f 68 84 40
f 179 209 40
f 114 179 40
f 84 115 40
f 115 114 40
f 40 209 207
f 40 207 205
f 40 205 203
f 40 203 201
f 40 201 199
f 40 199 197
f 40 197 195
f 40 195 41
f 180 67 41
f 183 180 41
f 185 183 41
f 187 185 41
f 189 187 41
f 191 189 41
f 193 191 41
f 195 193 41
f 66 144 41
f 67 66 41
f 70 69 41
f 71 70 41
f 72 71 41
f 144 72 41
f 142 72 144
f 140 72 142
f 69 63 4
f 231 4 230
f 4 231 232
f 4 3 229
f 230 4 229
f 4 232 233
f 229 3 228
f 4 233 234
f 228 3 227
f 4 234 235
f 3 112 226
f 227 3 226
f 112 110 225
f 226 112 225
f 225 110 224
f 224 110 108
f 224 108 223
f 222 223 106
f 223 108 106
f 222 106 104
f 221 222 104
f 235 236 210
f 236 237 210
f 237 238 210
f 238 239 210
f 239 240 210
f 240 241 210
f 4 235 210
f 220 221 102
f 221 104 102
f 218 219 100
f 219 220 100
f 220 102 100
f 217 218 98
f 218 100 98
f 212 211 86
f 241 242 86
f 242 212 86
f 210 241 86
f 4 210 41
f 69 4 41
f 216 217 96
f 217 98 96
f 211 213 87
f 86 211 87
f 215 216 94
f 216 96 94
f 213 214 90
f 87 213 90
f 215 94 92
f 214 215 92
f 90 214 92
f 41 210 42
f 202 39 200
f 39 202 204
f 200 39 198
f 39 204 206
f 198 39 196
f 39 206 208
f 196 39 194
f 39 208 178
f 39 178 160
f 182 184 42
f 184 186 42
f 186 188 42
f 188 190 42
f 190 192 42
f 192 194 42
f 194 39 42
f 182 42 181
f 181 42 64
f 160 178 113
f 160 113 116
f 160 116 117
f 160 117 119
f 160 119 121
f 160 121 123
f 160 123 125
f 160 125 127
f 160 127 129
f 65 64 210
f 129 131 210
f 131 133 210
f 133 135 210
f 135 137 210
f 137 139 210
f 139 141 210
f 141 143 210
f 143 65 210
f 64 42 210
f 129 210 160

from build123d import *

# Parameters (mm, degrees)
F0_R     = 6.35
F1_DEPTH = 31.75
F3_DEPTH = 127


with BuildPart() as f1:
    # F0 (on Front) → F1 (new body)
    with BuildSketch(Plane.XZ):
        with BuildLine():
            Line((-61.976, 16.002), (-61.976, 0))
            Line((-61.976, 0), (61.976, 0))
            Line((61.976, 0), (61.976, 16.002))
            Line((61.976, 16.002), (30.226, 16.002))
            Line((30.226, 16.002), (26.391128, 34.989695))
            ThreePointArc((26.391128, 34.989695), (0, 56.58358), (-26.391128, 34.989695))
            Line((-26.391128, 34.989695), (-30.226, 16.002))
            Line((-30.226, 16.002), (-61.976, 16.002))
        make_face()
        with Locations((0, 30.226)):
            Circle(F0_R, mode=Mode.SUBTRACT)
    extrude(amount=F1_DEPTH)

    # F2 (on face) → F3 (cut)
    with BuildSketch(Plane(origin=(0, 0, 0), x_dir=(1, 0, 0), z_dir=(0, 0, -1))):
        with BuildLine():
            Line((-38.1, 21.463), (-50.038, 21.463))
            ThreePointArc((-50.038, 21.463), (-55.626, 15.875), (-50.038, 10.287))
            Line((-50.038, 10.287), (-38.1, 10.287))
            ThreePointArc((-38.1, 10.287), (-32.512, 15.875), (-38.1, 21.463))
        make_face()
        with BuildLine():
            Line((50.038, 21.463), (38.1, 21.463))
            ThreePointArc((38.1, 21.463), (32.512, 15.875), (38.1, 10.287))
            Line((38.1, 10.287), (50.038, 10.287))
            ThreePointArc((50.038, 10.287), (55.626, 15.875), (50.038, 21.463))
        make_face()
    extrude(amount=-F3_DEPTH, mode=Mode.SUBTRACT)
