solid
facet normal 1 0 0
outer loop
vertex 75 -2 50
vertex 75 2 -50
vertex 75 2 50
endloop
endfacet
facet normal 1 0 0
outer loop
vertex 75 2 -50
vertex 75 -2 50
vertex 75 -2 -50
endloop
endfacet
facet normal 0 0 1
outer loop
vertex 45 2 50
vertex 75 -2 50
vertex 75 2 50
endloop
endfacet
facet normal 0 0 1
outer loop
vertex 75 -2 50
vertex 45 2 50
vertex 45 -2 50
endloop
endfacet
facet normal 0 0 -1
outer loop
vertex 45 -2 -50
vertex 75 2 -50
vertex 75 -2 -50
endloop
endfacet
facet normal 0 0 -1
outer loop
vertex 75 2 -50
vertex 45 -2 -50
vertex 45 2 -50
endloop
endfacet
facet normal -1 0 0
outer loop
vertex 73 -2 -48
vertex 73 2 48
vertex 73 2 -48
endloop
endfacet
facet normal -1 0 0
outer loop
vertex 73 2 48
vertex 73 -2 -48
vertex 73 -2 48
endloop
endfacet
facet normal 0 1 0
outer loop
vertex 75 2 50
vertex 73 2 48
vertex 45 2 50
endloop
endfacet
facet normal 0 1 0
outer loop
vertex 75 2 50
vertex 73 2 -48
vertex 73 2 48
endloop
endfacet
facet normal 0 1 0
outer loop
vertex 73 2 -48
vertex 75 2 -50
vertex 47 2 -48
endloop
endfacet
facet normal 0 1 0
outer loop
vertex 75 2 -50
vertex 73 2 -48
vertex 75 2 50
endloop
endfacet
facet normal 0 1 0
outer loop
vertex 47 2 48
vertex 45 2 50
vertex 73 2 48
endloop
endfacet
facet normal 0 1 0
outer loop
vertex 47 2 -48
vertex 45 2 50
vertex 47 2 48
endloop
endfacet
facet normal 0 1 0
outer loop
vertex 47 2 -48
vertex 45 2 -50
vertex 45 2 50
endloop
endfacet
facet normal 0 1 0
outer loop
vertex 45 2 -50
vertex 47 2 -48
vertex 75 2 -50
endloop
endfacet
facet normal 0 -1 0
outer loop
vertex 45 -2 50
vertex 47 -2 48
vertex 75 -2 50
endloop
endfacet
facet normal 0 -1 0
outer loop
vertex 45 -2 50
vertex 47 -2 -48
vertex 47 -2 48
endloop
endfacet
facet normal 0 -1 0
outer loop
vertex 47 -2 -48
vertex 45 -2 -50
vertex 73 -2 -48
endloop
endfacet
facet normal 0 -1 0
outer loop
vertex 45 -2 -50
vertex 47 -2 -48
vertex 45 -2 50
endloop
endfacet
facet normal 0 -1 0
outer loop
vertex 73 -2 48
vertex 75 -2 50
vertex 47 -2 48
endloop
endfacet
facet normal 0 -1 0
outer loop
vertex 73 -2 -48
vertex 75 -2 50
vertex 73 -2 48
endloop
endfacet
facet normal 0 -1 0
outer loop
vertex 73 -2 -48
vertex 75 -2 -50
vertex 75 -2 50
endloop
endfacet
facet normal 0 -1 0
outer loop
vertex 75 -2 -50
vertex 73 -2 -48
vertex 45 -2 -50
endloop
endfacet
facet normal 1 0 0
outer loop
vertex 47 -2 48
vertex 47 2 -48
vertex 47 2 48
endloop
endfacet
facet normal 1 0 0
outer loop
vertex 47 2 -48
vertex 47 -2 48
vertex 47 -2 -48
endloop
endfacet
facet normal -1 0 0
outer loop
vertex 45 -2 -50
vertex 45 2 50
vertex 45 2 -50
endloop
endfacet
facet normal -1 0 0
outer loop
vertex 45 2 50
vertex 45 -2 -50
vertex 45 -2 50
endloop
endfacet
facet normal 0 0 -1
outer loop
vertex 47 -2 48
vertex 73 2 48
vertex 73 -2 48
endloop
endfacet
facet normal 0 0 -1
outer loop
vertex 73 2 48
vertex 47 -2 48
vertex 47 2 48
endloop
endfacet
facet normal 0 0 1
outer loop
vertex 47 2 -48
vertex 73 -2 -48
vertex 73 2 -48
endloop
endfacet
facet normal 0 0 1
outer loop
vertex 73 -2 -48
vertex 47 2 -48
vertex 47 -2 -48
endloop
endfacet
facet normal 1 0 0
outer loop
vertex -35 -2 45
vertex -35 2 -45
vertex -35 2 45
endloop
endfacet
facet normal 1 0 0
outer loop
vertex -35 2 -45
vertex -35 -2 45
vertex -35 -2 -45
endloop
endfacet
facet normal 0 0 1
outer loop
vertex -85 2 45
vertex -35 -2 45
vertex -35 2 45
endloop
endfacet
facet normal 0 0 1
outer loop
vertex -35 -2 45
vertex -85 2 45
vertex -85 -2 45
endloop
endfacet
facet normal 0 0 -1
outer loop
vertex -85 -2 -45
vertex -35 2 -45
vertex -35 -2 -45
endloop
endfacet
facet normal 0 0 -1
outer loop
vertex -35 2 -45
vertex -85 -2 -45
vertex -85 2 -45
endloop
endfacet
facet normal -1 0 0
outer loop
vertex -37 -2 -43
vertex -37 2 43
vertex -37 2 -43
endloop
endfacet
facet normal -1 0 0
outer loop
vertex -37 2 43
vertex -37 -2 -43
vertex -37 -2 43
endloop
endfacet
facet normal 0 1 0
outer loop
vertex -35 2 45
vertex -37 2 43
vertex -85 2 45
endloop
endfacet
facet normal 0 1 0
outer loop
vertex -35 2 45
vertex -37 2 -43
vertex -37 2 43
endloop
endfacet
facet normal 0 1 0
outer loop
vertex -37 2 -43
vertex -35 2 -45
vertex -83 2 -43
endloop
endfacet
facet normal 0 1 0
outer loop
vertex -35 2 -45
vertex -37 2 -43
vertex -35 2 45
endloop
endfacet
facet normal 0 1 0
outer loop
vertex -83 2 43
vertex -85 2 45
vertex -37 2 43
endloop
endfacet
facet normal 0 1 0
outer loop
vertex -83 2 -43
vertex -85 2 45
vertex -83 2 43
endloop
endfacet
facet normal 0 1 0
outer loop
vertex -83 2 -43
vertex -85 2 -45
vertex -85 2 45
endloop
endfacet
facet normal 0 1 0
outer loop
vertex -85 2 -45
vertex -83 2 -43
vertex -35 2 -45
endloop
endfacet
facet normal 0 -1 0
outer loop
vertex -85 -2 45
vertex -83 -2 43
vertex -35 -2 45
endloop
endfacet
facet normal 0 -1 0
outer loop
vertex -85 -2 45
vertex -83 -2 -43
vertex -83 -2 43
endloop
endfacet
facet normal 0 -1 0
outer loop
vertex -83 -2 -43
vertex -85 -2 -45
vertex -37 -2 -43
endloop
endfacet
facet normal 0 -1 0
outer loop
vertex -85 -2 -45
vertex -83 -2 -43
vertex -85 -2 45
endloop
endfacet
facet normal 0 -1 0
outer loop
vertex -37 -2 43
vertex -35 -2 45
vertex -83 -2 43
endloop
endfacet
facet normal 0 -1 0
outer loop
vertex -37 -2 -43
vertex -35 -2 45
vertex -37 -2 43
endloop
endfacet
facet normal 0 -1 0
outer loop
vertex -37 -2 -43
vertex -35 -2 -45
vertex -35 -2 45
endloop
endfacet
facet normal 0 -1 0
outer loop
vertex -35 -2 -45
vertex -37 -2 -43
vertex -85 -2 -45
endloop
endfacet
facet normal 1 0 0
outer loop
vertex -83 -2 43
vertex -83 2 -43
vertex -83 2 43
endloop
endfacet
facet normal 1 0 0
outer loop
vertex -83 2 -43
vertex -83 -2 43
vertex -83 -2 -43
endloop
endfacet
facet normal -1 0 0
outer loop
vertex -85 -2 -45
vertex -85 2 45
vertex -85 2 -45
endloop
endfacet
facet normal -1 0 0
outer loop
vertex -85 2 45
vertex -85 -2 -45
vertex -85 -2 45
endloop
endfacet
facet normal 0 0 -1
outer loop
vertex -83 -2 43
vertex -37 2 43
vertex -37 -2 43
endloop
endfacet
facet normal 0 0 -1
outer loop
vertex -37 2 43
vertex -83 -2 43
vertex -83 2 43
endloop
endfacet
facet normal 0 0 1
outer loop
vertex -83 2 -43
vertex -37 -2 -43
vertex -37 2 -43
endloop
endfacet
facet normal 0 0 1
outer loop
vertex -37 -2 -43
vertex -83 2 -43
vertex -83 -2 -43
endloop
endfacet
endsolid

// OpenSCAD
module genericframe(width = 40, height = 80, frame_width = 2, frame_depth = 4)
{
    translate([width/2-frame_width/2,0,0]) cube([frame_width,4,height], center=true);
    translate([-width/2+frame_width/2,0,0]) cube([frame_width,4,height], center=true);
    translate([0,0,height/2-frame_width/2]) rotate([0,90,0]) cube([frame_width,frame_depth,width], center=true);
    translate([0,0,-height/2+frame_width/2]) rotate([0,90,0]) cube([frame_width,frame_depth,width], center=true);
}

translate([60,0,0]) genericframe(30, 100);
translate([-60,0,0]) genericframe(50, 90);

====================

_What you will do_
Using the records above, work out how many lines hold the string "SUBTRACT"; answer with that number alone.

_Finished exercise_
2